**INSTRUCTIONS TO FOLLOW**
After locating the line that contains "v22 (2,-50.176381,29.318517)" in the data below, set down exactly that line and each one after it through the line that contains "e26 v2 v24 LINE", and nothing more.

─── PROVIDED MATERIAL

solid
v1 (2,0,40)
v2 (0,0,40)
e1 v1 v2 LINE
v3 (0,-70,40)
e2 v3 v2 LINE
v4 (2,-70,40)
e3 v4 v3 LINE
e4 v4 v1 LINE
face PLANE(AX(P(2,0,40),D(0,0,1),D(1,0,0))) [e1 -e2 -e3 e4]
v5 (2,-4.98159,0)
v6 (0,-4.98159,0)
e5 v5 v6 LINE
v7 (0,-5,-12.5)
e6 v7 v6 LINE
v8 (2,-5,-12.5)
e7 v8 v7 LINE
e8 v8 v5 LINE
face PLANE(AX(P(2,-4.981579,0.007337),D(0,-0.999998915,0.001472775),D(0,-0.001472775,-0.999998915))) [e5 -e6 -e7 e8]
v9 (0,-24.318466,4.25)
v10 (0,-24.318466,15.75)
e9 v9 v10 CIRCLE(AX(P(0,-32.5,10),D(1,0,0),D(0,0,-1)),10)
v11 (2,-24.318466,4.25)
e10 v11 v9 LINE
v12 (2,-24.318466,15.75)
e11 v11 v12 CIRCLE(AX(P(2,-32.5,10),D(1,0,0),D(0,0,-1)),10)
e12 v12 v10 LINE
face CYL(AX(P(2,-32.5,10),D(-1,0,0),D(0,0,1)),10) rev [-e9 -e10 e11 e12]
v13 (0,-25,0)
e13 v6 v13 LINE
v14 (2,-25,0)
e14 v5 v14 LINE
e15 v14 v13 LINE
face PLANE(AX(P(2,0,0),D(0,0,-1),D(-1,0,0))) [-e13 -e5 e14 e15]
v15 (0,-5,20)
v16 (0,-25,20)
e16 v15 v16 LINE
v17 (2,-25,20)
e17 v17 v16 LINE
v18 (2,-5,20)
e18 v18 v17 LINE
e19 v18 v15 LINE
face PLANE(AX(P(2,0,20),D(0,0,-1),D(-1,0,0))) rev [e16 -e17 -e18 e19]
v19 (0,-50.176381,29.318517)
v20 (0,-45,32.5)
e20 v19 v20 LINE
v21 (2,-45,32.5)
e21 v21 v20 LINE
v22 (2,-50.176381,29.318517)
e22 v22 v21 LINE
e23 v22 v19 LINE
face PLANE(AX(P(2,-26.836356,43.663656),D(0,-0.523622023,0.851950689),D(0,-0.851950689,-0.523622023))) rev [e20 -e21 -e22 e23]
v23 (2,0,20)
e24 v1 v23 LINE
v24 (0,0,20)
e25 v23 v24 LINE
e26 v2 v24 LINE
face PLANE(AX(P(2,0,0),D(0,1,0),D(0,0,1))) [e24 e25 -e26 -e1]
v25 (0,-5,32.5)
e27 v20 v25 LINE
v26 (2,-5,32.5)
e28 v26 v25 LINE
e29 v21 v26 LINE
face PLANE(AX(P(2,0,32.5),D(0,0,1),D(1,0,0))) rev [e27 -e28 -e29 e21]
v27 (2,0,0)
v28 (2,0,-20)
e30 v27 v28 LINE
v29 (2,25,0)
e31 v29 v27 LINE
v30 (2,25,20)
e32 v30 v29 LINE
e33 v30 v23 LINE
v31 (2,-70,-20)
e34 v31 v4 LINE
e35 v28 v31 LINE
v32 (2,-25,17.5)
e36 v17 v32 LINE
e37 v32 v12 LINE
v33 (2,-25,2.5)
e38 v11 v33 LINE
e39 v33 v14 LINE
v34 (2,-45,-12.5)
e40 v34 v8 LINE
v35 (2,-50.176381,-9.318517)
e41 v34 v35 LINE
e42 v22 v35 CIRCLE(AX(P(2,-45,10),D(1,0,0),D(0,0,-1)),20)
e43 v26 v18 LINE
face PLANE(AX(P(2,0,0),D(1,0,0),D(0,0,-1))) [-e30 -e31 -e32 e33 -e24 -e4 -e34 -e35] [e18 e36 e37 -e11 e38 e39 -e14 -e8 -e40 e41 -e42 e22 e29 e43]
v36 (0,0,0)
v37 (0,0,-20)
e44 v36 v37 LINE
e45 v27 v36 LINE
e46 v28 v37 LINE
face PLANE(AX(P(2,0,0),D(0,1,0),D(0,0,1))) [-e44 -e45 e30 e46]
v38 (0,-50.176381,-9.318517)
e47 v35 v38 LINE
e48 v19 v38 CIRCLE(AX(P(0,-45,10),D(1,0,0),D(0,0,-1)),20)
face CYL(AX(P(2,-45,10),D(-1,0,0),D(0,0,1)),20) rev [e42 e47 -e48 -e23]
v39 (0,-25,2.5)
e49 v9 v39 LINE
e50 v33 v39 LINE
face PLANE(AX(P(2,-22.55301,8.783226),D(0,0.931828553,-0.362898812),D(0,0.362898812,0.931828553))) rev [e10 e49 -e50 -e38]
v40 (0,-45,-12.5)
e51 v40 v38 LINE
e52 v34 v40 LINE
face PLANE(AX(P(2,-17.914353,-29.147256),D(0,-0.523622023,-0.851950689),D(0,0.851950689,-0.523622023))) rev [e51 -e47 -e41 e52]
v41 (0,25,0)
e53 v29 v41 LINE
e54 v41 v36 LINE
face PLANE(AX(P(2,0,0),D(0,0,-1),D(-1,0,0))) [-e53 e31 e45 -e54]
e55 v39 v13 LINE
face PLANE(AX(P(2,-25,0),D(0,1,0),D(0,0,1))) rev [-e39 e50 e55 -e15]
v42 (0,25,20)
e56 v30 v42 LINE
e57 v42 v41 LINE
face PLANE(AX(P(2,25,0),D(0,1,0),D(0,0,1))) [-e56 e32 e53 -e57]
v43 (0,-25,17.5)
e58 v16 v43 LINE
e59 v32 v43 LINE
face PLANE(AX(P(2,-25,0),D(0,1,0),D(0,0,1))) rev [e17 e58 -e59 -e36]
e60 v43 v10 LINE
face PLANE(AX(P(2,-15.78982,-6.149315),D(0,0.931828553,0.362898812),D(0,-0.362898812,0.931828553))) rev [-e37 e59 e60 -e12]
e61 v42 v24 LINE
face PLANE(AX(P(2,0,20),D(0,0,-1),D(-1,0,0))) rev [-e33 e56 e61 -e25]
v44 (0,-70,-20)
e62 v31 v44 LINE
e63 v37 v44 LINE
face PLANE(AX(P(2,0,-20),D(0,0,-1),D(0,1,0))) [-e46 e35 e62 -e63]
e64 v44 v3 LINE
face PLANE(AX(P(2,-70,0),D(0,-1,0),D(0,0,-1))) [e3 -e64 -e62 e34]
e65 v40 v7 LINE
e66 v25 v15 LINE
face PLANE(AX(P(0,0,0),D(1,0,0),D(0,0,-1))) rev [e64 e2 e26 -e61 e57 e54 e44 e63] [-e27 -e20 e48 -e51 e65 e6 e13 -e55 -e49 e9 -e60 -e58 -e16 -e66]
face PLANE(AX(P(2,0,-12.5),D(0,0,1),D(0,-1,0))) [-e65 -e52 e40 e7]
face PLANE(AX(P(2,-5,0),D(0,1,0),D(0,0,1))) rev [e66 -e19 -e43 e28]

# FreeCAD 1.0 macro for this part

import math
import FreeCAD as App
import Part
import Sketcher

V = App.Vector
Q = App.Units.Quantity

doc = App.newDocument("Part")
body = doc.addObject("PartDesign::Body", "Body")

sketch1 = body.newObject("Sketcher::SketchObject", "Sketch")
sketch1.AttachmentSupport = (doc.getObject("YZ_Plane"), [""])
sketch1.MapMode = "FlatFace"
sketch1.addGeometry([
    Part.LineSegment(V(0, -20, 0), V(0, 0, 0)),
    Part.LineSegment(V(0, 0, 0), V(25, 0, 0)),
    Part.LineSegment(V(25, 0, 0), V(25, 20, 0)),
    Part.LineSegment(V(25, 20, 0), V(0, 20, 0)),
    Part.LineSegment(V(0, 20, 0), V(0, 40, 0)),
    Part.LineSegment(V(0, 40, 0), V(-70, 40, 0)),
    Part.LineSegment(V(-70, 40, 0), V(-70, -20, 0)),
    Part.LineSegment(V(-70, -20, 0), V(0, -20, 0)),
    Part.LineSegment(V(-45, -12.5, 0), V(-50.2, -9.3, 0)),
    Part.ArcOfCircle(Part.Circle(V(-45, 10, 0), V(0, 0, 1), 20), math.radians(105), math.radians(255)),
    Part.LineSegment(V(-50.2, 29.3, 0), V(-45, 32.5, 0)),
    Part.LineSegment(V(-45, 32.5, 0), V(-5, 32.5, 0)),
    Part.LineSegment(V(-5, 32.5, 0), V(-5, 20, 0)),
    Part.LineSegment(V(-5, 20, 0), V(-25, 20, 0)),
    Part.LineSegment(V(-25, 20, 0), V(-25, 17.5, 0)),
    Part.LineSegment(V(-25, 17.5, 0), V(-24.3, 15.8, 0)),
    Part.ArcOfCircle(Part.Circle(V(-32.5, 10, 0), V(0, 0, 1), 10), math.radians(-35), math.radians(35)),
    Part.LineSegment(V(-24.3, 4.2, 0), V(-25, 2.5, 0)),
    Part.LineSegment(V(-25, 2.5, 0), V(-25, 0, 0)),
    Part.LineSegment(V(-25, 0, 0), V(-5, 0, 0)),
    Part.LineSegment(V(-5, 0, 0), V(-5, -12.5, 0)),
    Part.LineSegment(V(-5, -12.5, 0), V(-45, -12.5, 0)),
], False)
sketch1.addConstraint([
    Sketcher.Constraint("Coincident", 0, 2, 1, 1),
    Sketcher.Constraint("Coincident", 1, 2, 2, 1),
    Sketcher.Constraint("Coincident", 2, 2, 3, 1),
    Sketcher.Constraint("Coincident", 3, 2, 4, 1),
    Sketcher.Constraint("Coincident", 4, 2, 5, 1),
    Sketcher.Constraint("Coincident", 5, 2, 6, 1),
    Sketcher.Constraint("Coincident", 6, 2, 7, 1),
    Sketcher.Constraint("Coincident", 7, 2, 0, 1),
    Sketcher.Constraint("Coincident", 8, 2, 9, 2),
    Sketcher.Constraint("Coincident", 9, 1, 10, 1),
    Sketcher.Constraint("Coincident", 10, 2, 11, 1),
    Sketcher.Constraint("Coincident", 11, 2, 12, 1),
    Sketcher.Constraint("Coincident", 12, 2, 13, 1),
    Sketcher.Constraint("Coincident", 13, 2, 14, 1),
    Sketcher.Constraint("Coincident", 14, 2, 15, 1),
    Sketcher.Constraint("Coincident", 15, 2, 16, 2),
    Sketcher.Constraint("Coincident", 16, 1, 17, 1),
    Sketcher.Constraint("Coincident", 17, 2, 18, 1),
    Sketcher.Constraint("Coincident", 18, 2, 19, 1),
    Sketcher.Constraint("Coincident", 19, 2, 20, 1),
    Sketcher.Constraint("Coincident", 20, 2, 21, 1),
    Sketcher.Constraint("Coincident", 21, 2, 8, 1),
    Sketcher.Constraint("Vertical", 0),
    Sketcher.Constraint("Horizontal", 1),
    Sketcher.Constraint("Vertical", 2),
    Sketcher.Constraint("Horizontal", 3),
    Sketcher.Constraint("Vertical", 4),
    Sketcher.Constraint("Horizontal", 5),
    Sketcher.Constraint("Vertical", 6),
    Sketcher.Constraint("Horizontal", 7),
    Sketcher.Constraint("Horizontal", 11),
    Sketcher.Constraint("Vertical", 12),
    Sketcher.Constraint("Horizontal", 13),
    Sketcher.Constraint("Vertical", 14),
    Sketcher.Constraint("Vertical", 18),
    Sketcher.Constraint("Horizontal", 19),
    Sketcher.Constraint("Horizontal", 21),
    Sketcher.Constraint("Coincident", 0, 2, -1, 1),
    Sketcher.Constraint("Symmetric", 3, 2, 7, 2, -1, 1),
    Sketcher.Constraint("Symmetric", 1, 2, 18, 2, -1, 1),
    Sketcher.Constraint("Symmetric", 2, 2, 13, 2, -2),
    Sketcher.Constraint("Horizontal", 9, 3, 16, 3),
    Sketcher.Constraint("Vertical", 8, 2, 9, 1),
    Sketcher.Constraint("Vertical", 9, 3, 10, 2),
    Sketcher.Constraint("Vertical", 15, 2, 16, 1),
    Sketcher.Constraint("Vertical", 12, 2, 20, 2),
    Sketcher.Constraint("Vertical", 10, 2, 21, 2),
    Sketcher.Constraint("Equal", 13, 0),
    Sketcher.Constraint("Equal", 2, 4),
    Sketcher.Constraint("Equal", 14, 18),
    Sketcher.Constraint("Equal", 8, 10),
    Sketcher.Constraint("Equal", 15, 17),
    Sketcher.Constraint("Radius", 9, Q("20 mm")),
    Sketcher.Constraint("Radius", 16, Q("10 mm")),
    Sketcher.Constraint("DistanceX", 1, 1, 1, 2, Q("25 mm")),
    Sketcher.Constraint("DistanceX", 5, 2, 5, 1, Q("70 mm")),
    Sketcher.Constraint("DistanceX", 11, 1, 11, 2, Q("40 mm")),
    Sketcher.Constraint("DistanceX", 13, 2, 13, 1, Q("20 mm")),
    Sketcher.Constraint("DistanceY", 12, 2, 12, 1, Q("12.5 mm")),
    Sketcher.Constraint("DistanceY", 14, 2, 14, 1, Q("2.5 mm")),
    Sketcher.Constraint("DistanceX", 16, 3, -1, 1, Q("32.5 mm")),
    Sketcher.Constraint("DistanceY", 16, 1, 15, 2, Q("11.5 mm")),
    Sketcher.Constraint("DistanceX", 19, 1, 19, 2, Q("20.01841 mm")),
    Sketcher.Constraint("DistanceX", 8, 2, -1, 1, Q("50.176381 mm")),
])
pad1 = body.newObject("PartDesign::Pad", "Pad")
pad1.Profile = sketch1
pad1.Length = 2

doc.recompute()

──────

**ANSWER BOX**
v22 (2,-50.176381,29.318517)
e22 v22 v21 LINE
e23 v22 v19 LINE
face PLANE(AX(P(2,-26.836356,43.663656),D(0,-0.523622023,0.851950689),D(0,-0.851950689,-0.523622023))) rev [e20 -e21 -e22 e23]
v23 (2,0,20)
e24 v1 v23 LINE
v24 (0,0,20)
e25 v23 v24 LINE
e26 v2 v24 LINE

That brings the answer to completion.